__WORK TASK__. Working from the records below, repeat exactly the lines starting at the line that contains "v 18.933 43.631 3.5" and ending at the line that contains "v 16.119 42.527 0", inclusive.

__DATA TO USE__.
□ □ □ □ □
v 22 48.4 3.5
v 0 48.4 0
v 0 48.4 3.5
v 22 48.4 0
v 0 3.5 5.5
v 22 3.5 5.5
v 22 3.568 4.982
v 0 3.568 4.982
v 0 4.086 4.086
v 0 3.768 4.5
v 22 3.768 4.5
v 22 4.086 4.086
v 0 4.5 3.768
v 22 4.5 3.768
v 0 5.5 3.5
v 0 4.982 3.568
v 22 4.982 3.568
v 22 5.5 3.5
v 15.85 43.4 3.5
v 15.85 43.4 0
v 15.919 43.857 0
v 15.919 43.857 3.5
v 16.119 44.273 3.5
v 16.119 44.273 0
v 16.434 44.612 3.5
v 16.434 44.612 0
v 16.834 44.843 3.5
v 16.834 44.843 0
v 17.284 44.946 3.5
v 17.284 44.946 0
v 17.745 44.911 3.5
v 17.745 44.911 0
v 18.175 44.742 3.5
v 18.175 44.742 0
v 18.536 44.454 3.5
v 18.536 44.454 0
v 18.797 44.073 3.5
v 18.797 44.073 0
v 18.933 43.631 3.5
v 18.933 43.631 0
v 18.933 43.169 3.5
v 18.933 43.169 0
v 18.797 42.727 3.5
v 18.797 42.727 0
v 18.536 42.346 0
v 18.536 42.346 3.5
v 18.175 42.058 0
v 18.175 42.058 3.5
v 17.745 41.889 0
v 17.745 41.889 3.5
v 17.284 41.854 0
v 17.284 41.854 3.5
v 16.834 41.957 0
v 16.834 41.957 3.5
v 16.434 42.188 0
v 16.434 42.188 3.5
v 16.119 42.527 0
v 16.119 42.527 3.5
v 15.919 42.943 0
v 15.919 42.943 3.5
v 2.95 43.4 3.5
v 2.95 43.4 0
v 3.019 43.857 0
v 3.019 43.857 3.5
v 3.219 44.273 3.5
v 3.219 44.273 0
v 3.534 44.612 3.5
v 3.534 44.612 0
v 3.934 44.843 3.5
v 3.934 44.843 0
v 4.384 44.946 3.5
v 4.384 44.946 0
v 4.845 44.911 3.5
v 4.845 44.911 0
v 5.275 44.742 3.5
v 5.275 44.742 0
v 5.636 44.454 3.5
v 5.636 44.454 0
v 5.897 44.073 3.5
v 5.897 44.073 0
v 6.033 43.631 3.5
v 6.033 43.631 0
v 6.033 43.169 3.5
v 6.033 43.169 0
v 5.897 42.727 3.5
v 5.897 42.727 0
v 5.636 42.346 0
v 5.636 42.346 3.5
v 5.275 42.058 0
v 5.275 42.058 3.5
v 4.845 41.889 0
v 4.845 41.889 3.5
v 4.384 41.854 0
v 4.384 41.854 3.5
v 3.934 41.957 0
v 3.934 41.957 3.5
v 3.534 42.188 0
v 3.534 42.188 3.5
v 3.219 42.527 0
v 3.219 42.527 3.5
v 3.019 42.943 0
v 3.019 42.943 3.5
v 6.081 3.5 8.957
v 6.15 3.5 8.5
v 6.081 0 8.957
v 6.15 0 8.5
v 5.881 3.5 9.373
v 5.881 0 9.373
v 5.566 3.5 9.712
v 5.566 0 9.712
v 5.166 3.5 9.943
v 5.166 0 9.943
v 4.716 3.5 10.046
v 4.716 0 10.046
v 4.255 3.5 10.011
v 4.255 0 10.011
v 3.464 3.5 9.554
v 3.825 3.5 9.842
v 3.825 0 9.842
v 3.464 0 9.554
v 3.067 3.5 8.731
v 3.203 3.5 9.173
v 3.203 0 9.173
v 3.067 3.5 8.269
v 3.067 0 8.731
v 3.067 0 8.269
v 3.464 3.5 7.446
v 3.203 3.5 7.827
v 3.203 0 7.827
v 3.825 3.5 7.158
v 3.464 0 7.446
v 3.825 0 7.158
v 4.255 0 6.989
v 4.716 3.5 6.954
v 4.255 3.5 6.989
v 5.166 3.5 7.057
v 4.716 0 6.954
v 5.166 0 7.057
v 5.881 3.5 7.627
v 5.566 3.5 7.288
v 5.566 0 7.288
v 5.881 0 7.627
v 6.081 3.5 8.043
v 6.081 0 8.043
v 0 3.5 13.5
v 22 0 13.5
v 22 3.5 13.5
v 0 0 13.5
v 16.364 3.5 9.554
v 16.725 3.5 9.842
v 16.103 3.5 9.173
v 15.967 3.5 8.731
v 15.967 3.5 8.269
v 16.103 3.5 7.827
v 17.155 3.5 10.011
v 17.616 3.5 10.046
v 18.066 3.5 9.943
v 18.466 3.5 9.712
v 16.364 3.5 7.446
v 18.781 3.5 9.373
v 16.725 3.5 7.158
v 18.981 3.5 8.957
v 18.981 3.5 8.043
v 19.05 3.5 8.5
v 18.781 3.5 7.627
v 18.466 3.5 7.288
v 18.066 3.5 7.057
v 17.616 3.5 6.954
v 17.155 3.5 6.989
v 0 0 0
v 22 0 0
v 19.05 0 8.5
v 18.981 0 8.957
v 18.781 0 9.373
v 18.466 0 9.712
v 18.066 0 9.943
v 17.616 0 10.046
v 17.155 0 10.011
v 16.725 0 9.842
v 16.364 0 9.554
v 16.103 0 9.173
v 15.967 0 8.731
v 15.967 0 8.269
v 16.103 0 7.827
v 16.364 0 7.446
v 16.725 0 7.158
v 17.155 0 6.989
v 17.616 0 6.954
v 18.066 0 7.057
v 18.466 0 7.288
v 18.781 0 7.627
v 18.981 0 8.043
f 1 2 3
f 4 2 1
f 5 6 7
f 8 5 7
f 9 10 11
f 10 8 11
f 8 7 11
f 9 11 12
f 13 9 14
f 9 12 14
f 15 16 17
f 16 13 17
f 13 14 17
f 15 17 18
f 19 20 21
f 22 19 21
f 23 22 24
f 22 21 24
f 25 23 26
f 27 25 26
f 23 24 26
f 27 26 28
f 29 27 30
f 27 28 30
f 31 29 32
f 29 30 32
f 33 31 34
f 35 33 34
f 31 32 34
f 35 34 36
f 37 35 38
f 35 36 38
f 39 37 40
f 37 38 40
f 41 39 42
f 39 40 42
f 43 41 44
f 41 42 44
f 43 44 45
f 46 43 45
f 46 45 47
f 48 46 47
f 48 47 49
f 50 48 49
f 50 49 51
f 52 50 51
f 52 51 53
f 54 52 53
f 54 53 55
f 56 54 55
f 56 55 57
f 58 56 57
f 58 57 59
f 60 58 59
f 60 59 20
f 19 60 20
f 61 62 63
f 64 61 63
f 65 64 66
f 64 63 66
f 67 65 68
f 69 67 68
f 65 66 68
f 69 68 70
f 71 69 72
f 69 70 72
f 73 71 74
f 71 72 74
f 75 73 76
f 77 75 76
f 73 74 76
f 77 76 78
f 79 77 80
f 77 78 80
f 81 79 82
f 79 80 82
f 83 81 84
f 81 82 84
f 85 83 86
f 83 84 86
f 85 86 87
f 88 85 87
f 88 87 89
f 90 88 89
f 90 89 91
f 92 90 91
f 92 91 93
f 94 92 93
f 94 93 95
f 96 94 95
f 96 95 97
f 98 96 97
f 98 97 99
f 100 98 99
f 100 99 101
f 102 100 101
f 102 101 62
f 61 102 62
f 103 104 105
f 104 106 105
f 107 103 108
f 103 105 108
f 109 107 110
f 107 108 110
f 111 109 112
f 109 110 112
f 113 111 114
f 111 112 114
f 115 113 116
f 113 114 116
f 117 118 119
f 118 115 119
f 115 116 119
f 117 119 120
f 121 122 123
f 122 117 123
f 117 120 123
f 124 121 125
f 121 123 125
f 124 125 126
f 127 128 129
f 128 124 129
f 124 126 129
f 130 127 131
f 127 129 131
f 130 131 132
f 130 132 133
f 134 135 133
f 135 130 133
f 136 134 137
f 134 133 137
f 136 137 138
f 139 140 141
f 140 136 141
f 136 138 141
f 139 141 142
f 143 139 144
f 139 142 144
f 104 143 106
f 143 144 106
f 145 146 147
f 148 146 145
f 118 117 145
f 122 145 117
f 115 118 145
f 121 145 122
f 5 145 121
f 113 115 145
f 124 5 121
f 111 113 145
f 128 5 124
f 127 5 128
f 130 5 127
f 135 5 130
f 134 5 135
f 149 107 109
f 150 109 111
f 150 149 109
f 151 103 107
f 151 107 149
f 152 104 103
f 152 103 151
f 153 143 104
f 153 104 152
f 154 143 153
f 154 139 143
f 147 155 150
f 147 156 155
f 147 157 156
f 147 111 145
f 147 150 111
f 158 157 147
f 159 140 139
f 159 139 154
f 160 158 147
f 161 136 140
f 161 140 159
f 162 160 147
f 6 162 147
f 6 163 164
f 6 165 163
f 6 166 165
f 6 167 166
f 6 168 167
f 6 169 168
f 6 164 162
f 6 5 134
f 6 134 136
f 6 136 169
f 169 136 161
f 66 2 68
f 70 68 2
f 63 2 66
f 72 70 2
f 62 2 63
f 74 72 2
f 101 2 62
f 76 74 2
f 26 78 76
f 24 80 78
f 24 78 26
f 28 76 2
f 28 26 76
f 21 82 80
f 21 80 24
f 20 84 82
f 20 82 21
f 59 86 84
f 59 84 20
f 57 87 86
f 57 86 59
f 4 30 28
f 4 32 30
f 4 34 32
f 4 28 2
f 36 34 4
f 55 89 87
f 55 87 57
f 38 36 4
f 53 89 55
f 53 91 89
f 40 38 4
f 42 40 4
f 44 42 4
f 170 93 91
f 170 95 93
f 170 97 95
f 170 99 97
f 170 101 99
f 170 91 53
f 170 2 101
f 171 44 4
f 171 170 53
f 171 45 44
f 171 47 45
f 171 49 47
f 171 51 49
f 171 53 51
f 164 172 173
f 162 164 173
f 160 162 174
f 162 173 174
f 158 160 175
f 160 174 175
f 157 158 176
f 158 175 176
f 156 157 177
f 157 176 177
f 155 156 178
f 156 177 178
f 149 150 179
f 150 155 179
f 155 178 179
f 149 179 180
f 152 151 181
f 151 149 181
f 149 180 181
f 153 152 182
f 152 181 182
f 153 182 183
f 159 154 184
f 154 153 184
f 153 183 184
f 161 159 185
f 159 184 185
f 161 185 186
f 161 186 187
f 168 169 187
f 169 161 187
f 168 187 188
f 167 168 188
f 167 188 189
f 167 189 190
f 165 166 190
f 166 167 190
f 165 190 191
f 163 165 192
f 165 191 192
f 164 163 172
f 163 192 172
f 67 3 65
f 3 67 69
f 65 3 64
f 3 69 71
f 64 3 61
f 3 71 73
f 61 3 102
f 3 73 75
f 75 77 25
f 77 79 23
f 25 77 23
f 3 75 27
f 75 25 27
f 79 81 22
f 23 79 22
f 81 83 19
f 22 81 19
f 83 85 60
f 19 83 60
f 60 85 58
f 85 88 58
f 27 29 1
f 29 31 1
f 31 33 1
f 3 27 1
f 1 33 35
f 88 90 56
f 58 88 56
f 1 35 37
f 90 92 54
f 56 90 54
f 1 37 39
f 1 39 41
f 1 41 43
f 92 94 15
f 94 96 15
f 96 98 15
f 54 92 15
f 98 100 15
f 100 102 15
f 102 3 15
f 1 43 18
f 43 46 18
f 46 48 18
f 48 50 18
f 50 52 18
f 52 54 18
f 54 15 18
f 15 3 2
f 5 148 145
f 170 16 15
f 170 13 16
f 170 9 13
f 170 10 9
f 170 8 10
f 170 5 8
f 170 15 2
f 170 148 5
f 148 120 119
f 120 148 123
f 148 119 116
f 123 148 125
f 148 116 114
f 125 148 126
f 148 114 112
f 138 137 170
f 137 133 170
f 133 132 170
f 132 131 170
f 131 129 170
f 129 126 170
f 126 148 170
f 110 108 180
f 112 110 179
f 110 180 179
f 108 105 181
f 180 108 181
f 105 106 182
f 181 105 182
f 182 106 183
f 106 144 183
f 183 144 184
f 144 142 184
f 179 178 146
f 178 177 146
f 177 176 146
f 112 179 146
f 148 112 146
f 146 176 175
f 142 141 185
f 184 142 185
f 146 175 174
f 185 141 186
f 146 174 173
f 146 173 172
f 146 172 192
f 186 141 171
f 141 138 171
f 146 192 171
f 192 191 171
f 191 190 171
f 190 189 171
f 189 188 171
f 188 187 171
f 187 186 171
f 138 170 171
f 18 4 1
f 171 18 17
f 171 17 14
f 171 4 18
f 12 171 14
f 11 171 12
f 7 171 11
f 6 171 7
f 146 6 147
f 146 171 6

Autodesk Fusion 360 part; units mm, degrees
sketch "Sketch1" plane through (0, 0, 0) normal (0, 1, 0) x (1, 0, 0)
  line L0 (0, 0) -> (22, 0)
  line L1 (22, 0) -> (22, -13.5)
  line L2 (22, -13.5) -> (0, -13.5)
  line L3 (0, -13.5) -> (0, 0)
  line L4 (0, -3.5) -> (22, -3.5)
  line L5 (0, -8.5) -> (22, -8.5) construction
  circle A0 centre (4.6, -8.5) radius 1.55
  circle A1 centre (17.5, -8.5) radius 1.55
  dimension "d1" = 22
  dimension "d2" = 13.5
  dimension "d3" = 3.5
  dimension "d4" = 5
  dimension "d5" = 3.1
  dimension "d6" = 3.1
  dimension "d7" = 12.9
  dimension "d8" = 4.5
extrude "Extrude1" add sketch "Sketch1" along normal blind 3.5 contours L1 L2 L3 L4
extrude "Extrude2" add sketch "Sketch1" along normal blind 48.4 contours L0 L1 L3 L4
sketch "Sketch2" plane through (0, 0, 0) normal (0, 0, -1) x (-1, 0, 0)
  line L0 (-22, 0) -> (0, 0)
  line L1 (0, 0) -> (0, 48.4)
  line L2 (0, 48.4) -> (-22, 48.4)
  line L3 (-22, 48.4) -> (-22, 0)
  line L4 (-22, 43.4) -> (0, 43.4) construction
  line L5 (0, 0) -> (-22, 0)
  circle A0 centre (-17.4, 43.4) radius 1.55
  circle A1 centre (-4.5, 43.4) radius 1.55
  dimension "d13" = 43.4
  dimension "d14" = 3.1
  dimension "d15" = 3.1
  dimension "d16" = 12.9
  dimension "d17" = 4.5
extrude "Extrude3" cut sketch "Sketch2" against normal up to surface (3.5 mm away) contours A0 | A1
fillet "Fillet1" radius 2 1 edges at (11, 3.5, 3.5)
□ □ □ □ □
__WRITTEN RESPONSE__.
v 18.933 43.631 3.5
v 18.933 43.631 0
v 18.933 43.169 3.5
v 18.933 43.169 0
v 18.797 42.727 3.5
v 18.797 42.727 0
v 18.536 42.346 0
v 18.536 42.346 3.5
v 18.175 42.058 0
v 18.175 42.058 3.5
v 17.745 41.889 0
v 17.745 41.889 3.5
v 17.284 41.854 0
v 17.284 41.854 3.5
v 16.834 41.957 0
v 16.834 41.957 3.5
v 16.434 42.188 0
v 16.434 42.188 3.5
v 16.119 42.527 0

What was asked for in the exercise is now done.